Ему было... хорошо. Неделя на Мауи с Джулией – о Христос, разве можно было пожелать чего-то лучшего? Да разве могло быть лучше? Когда он садился в вертолет после всех докладов и отчетов, Суэггер сунул ему конверт, в котором Донни с невероятным изумлением обнаружил тысячу долларов наличными и записку с суровым приказом не привозить назад ни одного. С какой стати Суэггер выкинул такую штуку? Впрочем, эта щедрость с его стороны казалась совершенно естественной – просто он имел обыкновение совершать такие вот странные поступки.
Это было... Ну как же, молодой человек, вернувшийся с войны, отдыхающий со своей прекрасной молодой женой в гавайском раю под жарким целительным солнцем, с карманами, набитыми деньгами, и с неограниченными возможностями, человек, которому осталось служить всего ничего:
после трех лет, девяти месяцев и нескольких дней он уже видел завершение своей службы. Видел! «Я справился! Я свободен!»

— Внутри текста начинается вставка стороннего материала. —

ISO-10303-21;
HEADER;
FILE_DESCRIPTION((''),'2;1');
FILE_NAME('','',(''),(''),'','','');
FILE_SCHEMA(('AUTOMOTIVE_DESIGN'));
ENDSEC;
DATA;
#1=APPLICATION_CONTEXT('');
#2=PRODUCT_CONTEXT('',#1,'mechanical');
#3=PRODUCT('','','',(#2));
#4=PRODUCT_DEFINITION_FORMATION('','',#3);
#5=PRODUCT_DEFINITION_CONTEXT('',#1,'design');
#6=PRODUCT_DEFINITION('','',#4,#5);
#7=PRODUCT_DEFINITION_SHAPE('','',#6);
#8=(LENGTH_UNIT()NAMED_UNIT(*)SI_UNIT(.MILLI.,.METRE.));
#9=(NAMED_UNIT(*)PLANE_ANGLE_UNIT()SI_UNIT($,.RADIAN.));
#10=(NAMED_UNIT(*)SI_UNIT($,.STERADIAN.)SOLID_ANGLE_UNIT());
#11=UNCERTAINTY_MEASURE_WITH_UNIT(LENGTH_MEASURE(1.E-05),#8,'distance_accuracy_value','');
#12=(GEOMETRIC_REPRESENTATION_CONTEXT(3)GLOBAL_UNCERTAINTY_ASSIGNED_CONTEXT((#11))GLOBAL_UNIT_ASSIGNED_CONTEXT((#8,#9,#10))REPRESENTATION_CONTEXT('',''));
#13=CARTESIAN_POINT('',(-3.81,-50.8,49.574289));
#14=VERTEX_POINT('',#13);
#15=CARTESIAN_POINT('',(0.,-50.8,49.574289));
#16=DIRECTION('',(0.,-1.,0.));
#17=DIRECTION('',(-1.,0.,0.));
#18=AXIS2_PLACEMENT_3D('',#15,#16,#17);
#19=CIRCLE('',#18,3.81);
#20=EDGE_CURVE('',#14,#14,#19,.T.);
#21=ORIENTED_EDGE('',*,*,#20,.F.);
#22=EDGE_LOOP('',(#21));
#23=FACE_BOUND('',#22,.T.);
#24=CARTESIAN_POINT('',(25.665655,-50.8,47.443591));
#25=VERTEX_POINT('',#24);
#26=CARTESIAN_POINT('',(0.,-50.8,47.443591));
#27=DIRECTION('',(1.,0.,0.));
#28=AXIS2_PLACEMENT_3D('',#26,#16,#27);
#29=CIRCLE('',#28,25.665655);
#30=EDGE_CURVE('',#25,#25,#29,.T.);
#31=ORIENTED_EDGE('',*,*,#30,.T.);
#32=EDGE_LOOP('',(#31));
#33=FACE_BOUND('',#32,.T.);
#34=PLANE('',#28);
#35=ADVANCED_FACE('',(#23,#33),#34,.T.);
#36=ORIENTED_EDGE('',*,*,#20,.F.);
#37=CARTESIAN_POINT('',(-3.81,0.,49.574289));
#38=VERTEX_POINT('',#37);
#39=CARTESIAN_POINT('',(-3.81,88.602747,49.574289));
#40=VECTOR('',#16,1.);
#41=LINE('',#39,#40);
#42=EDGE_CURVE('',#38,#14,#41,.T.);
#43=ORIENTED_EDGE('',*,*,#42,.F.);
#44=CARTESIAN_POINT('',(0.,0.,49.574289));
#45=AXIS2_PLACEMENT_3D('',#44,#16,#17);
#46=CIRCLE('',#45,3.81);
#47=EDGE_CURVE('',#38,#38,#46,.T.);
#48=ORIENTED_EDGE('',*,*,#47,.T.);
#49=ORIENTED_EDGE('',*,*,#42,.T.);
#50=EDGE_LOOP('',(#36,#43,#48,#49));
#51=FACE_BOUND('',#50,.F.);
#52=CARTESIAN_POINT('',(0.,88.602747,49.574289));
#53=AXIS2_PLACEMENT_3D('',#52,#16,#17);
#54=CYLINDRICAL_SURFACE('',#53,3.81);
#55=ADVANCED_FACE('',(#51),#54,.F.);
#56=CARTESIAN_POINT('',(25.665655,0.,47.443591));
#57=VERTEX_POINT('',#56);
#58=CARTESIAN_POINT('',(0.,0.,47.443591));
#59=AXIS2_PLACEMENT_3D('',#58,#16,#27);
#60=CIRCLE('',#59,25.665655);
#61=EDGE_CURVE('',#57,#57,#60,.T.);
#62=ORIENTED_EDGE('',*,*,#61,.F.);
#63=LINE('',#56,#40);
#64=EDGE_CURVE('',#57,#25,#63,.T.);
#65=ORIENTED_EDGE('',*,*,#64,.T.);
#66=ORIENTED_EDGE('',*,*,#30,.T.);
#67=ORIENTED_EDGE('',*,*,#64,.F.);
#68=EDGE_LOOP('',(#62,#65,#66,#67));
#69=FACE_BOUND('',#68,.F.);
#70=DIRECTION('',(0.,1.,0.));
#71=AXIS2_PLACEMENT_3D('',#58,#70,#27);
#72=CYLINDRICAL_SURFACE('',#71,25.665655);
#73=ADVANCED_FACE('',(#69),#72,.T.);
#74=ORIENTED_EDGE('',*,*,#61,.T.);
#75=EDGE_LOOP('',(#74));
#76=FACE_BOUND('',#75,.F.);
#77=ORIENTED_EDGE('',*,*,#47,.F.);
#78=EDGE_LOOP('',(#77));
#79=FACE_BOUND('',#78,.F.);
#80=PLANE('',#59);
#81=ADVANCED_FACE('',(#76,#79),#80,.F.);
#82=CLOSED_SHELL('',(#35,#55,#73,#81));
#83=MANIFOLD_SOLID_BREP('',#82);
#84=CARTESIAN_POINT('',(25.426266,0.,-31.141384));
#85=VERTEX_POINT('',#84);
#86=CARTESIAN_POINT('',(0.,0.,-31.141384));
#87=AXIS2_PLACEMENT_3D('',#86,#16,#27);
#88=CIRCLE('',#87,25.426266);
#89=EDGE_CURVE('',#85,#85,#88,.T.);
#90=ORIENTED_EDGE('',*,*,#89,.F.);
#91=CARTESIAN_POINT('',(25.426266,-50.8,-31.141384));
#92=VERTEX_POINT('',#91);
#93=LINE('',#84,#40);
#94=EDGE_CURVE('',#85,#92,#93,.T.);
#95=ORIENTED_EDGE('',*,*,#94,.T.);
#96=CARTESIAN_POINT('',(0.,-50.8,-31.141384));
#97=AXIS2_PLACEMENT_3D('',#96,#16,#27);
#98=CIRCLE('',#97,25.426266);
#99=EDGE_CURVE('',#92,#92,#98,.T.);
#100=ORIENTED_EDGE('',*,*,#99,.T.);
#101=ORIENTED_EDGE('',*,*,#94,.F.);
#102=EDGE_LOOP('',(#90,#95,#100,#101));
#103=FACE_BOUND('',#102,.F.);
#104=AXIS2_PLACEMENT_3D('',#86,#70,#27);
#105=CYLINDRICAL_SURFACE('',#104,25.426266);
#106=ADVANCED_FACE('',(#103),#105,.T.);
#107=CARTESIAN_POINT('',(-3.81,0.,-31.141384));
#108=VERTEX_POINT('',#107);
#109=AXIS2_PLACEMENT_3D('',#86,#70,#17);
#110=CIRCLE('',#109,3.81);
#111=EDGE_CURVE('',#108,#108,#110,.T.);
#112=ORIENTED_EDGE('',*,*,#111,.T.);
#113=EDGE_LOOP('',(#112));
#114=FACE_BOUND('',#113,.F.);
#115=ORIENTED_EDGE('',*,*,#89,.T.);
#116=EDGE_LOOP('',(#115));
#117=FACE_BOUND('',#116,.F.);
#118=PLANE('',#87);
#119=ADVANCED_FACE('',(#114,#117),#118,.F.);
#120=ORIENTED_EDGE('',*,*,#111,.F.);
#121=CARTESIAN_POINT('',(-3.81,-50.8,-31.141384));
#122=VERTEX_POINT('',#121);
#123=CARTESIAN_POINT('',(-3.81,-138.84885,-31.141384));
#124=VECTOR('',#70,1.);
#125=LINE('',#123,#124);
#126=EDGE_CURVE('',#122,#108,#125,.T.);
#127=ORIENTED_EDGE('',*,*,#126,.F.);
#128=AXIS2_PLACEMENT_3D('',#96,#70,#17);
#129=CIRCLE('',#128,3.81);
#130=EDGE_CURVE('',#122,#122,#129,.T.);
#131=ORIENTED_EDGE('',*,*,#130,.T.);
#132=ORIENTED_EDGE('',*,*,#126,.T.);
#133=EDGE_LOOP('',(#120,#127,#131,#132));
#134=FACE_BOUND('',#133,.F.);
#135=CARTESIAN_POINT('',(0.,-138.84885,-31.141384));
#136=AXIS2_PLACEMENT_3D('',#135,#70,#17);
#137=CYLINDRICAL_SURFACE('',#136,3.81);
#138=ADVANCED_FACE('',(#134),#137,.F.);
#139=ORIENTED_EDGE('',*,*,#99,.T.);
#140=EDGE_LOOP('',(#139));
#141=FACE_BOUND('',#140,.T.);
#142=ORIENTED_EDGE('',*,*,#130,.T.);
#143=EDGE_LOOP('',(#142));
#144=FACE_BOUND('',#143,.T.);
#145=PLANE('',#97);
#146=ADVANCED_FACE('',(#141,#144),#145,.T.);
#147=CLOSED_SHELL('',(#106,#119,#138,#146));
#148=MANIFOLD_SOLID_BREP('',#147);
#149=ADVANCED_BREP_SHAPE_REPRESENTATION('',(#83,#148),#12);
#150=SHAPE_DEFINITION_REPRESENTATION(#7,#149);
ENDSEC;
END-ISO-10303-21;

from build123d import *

# Parameters (mm, degrees)
F0_R     = 25.6656549917
F1_DEPTH = 50.8
F0_R_2   = 25.4262657658
F3_D     = 7.62
F5_D     = 7.62


with BuildPart() as f1:
    # F0 (on Front) → F1 (new body)
    with BuildSketch(Plane.XZ):
        with Locations((0, 47.4435910583)):
            Circle(F0_R)
    extrude(amount=F1_DEPTH)

    # F3 (through all)
    with Locations(Plane(origin=(0, 0, 0), x_dir=(1, 0, 0), z_dir=(0, 1, 0))):
        with Locations((0, -49.5742894709)):
            Hole(F3_D / 2)


with BuildPart() as f1b:
    # F0 (on Front) → F1, piece 2 (new body)
    with BuildSketch(Plane.XZ):
        with Locations((0, -31.1413835734)):
            Circle(F0_R_2)
    extrude(amount=F1_DEPTH)

    # F5 (through all)
    with Locations(Plane.XZ.offset(50.8)):
        with Locations((0, -31.1413835734)):
            Hole(F5_D / 2)


solid = Compound([f1.part, f1b.part])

– Мне иногда кажется, что это чуть ли не жестокость, – сказала Джулия. – Вот сейчас у нас с тобой все это происходит, а ведь потом тебя могут убить.
– Нет. Такого не будет. СВА, то есть северовьетнамская армия, устраивает наступления два раза в год, весной и осенью. Она уже провела большое весеннее наступление, а теперь застряла около Анлока, пытаясь разбить южновьетнамские части, преграждающие путь к Сайгону. Мы находимся далеко оттуда. В нашем квадратике ничего не произойдет. Мы будем отдыхать после трудов. Уверяю тебя, самым трудным будет справиться со скукой.
– Мне кажется, что я этого не выдержу.
– Тебе совершенно не о чем волноваться.
– Ты говоришь как один из тех парней из кинофильмов про войну, которые всегда гибнут.
– Кино про войну больше не снимают, – ответил он. – Эти фильмы никто не смотрит.
А потом они снова занимались любовью, возможно, в двадцативосьмитысячный раз. Он находил все новые и новые позы, в которых мог любоваться ею, новые положения в ней, новые ощущения, новый экстаз.
– Лучше просто ничего не может быть, – сказал он в конце концов. – Боже мой, Гавайи. Мы вернемся сюда на пятидесятую годовщину нашей...
– Нет! – внезапно перебила его Джулия. Она была такая же потная, как и он, такая же раскрасневшаяся. – Не говори так. Это плохая примета.
– Любовь моя, я не верю в приметы. За моей спиной Боб Ли. Он сам по себе такая примета, что лучше не бывает.